# 2009 Toyota Prius -> 2011 Honda CR-Z EX CVT



## DDAoN (Mar 19, 2011)

This is, more or less, to try and get a feel for what other "techies" think of this. It'd be better to ask a car community of info on the cars themselves, but I want my fellow cyber gurus opinions.

Basically, I've had my Black 2009 Toyota Prius since October 11, 2008. It's served me well, just shy of 35k miles. Pretty good for active duty military sent on trips to other states quite frequently, if I do say so myself.

Now, I knew nothing about cars when I got it, except how to drive one, and I probably know even less now. Essentially, I'm like any other youngling (25 and below) and Marine (any age) that wants a fast, sporty, and "fun" car (I'm actually nothing like that, but I felt it was time for a change and I want to give it a try.). Problem, obviously, is the gas prices. Oh dear, 4.30$ a gallon on-base! So, keeping the Prius would be ideal, but I just can't stand it anymore. It's a great car, but I need a change.

Well, looking through the hundreds of car magazines we get while deployed to Afghanistan, I came across an article in a 2010 magazine about the "First Sporty Hybrid". Obviously, it caught my eye and I decided to do more research, and I liked what I found (save the fact that the 2012, which should have a turbo/supercharger option, has no official info released). So, I figure I'd go ahead and look into getting the 2011 version. Mind you, I can't drive a manual (something about granny clutching...or something...:S) so I'll have to settle of the CVT.

Anyways, all that explained, I'm basically looking for everyone's opinion on the trade-in. Is it worth it? What differences would you value in either one? Basically, should I do it or should I wait for the 2012 or should I find something else?


----------



## Basementgeek (Feb 7, 2005)

I would keep the Toyota, better mileage.

BG


----------



## Raylo (Feb 12, 2006)

I like the CR-Z styling but if I were you I'd keep the Prius. For whatever reason Honda uses an odd hybrid system called Integrated Motor Assist or IMA. This doesn't provide near the efficiency boost of Toyota's full hybrid "Synergy drive". Honda's system lets them use a little smaller gas motor for a given level of performance as the electric motor kicks in to aid the gas motor for heavy accel. But this design really make little sense. You can walk across the Honda showroom and get a gas powered Civic w/o all the batteries and xtra complication that has similar performance and gets better mileage than the CR-Z... For a good bit less $, too. I like Hondas but their approach to Hybrid tech has never made much sense. If you really want a new car in this class have a look at the gas powered Civic coupe.


----------



## DDAoN (Mar 19, 2011)

Now I feel bad, as I started the thread and completely forgot about it. ^^'

I have to agree that the MPG for the Prius is far better than that of the CR-Z, certainly no arguement there. As I has said the price of fuel is a big factor for me, but not so much so that I will straight up ignore the rest of the car. Having owned a Prius for nearly 3 years, I know how tec-oriented it is, which makes sense for a tech-guy like me.

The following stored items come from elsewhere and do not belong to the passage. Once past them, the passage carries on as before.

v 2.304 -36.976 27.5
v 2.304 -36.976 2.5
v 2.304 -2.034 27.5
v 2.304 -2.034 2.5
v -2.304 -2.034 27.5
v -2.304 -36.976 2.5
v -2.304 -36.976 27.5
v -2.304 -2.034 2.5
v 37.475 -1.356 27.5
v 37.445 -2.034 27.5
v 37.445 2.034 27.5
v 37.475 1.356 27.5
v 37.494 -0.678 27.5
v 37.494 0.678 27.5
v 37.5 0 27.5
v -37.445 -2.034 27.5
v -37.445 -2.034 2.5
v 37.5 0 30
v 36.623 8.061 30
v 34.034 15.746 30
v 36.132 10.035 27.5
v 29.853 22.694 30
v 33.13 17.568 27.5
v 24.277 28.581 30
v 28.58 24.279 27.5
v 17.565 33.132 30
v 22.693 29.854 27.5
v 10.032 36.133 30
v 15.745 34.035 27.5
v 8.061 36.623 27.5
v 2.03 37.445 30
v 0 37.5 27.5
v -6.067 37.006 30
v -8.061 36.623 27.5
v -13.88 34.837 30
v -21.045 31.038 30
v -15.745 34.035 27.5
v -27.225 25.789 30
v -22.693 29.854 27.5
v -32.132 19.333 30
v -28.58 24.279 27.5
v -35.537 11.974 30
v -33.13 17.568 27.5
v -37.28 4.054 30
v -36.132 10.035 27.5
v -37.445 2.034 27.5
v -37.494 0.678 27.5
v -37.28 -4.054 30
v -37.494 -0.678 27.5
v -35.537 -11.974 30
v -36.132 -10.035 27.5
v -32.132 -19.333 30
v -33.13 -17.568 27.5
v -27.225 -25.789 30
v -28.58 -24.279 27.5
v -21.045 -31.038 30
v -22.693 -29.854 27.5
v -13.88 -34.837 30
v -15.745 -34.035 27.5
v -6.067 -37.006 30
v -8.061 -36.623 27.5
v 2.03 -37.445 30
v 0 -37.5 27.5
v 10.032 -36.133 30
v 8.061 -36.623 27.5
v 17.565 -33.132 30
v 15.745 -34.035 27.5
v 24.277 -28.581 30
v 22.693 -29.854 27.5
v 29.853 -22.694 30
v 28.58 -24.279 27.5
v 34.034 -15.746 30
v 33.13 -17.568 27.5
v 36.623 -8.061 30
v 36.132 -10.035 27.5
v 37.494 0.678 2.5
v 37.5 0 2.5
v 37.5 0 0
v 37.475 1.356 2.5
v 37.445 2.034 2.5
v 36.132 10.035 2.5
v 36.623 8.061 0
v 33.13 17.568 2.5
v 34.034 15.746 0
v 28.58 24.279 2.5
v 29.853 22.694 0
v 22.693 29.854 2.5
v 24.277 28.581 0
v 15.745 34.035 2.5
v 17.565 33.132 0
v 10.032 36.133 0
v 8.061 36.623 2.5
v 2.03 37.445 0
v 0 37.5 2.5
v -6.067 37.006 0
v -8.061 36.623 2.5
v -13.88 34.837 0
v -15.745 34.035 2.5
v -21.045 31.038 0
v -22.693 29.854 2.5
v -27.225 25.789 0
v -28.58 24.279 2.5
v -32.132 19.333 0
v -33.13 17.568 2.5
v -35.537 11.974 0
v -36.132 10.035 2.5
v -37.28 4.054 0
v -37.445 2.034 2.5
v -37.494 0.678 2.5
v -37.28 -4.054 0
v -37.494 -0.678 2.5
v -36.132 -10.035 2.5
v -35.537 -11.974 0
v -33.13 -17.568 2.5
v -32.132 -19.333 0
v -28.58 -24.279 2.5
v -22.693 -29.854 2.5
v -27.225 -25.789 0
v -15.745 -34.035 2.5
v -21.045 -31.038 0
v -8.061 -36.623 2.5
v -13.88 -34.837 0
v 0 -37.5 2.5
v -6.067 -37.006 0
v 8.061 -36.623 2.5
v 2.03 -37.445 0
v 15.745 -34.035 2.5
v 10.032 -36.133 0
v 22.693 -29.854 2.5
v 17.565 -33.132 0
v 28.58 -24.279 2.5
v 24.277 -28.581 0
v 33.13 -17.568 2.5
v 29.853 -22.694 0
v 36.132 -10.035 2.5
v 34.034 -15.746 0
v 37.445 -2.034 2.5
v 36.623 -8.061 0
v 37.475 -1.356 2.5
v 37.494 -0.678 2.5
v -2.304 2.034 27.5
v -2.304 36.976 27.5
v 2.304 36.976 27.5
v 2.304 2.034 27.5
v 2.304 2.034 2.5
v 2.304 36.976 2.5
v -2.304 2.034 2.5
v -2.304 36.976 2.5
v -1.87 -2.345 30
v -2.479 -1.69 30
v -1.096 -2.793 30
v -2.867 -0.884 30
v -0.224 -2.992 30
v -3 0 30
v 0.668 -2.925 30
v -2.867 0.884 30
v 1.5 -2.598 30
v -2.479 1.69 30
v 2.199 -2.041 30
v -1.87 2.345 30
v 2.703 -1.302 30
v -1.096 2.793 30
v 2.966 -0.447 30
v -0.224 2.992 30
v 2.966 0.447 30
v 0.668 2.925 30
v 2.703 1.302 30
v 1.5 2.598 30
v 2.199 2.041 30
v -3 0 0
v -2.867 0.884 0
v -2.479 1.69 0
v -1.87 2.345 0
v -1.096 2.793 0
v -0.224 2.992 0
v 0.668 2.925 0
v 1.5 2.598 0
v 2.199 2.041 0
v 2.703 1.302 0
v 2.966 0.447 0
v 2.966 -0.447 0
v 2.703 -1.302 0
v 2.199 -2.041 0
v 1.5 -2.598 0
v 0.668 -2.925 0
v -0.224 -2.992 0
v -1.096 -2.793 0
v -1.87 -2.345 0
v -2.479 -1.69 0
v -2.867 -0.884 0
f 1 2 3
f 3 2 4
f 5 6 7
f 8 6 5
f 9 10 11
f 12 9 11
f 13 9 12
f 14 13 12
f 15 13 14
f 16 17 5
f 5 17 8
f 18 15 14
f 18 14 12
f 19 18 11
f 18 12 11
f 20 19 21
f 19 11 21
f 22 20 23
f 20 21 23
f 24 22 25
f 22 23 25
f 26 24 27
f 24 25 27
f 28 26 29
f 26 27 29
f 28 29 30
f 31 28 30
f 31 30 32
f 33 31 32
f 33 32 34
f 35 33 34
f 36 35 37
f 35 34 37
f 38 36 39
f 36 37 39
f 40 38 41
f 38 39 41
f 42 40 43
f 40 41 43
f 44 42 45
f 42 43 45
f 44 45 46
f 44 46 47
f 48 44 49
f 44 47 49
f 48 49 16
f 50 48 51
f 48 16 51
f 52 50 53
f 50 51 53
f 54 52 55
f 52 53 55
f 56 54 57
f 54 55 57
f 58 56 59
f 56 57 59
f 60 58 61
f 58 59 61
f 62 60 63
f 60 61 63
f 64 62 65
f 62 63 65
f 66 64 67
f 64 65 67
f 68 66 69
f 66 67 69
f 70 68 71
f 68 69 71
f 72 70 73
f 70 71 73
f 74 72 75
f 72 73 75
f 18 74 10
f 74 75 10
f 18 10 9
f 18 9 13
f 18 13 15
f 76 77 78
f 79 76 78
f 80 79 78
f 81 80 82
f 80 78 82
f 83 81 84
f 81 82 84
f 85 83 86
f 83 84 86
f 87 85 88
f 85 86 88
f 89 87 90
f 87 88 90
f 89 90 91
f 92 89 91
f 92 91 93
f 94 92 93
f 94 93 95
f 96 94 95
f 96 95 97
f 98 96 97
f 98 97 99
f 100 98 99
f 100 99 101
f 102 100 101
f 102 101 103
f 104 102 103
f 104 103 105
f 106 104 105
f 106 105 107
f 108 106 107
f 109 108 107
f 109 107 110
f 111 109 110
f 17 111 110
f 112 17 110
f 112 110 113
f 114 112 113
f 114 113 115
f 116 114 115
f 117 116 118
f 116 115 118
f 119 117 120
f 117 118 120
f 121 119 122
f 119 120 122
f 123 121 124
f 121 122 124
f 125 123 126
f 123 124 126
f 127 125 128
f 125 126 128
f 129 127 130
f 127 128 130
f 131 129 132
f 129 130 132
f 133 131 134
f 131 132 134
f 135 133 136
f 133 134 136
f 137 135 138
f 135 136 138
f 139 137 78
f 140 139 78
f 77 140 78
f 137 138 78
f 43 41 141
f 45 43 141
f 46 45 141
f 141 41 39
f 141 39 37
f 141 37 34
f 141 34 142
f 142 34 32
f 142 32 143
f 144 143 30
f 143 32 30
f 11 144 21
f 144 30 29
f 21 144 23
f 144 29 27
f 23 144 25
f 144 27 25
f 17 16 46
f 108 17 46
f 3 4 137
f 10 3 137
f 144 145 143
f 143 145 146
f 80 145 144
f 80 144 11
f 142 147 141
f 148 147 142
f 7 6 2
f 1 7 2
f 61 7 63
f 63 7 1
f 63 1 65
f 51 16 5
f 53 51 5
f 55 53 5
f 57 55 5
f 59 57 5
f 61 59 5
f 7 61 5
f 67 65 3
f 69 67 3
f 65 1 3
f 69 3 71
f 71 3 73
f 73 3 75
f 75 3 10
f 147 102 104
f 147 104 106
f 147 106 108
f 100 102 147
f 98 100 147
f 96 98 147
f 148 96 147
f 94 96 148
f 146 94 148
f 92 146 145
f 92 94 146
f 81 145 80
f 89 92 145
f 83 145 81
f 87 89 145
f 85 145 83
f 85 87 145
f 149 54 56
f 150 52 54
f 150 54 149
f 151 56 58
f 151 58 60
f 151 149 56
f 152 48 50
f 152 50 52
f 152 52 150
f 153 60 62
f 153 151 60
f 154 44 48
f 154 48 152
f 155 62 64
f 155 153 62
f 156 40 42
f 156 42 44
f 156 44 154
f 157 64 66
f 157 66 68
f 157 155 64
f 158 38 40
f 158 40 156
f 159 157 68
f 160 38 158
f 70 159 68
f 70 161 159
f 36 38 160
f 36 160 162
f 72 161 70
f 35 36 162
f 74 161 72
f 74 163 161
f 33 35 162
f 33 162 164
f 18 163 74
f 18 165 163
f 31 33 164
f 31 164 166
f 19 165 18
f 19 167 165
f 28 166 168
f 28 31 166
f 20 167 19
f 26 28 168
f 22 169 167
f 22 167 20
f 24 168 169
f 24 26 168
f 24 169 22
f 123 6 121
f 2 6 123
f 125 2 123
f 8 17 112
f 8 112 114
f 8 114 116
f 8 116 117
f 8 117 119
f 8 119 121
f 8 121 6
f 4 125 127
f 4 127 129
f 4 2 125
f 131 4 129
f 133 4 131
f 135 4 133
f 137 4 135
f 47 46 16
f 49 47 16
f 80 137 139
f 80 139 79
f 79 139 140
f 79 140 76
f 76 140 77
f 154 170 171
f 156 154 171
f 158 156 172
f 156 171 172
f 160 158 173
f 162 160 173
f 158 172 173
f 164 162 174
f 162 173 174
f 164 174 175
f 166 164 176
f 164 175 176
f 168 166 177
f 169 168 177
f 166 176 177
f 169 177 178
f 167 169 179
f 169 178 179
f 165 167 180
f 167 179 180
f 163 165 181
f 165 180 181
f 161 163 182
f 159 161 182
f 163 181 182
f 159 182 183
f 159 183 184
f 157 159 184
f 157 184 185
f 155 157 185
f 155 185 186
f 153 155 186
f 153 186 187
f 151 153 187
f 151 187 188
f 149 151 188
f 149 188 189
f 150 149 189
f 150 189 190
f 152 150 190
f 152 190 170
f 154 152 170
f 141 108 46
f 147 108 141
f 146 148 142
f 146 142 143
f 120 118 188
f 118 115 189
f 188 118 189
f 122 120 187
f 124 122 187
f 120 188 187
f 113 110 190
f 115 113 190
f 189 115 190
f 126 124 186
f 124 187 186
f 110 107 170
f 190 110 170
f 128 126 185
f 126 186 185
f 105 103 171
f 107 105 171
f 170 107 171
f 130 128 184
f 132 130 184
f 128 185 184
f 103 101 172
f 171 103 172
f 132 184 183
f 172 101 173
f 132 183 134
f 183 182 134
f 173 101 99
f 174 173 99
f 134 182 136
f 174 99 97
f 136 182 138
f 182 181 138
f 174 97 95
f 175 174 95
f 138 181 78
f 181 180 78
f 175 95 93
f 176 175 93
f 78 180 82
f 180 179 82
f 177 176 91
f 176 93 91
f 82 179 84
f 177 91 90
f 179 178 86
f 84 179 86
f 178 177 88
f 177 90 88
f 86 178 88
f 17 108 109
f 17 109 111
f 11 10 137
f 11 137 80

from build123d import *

# Parameters (mm, degrees)
F0_R     = 37.5
F1_DEPTH = 2.5
F2_W     = 74.8896048808
F2_H     = 4.0678103206
F3_DEPTH = 25
F4_W     = 4.6082469635
F4_H     = 73.9512071013
F5_DEPTH = 25
F6_R     = 37.5
F7_DEPTH = 2.5
F9_D     = 6


with BuildPart() as f1:
    # F0 (on Top) → F1 (new body)
    with BuildSketch(Plane.XY):
        Circle(F0_R)
    extrude(amount=F1_DEPTH)

    # F2 (on face) → F3 (join)
    with BuildSketch(Plane.XY.offset(2.5)):
        Rectangle(F2_W, F2_H)
    extrude(amount=F3_DEPTH)

    # F4 (on face) → F5 (join)
    with BuildSketch(Plane.XY.offset(2.5)):
        Rectangle(F4_W, F4_H)
    extrude(amount=F5_DEPTH)

    # F6 (on face) → F7 (join)
    with BuildSketch(Plane.XY.offset(27.5)):
        Circle(F6_R)
    extrude(amount=F7_DEPTH)

    # F9 (through all)
    with Locations(Plane.XY.offset(30)):
        with Locations((0, 0)):
            Hole(F9_D / 2)


solid = f1.part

However, I'm also a fan of sporty, though I doubt I'd do too well in a sporty car (financially). So, I figure I'd settle somewhere in the middle. Now, I've been looking for a new car to replace the Prius for a while now, but looking at the prices of most and their MPG, I decided on a flatline MPG of 30. Anything below that was SOL. Then I read about this CR-Z, and the level of tech isn't bad, for a sporty car, and the hybrid side makes it a decent middleman between the Prius and my flatline MPG.

The next consideration was the repair of the Prius. I don't know what kind of experience other people have had, but do to the sear level of tech involved in the Prius, my one accident was hell to find a repair shop, because no one could work on the car! Shops either lacked the equipment to work on it or their employees lacked the training/certifications to work on it.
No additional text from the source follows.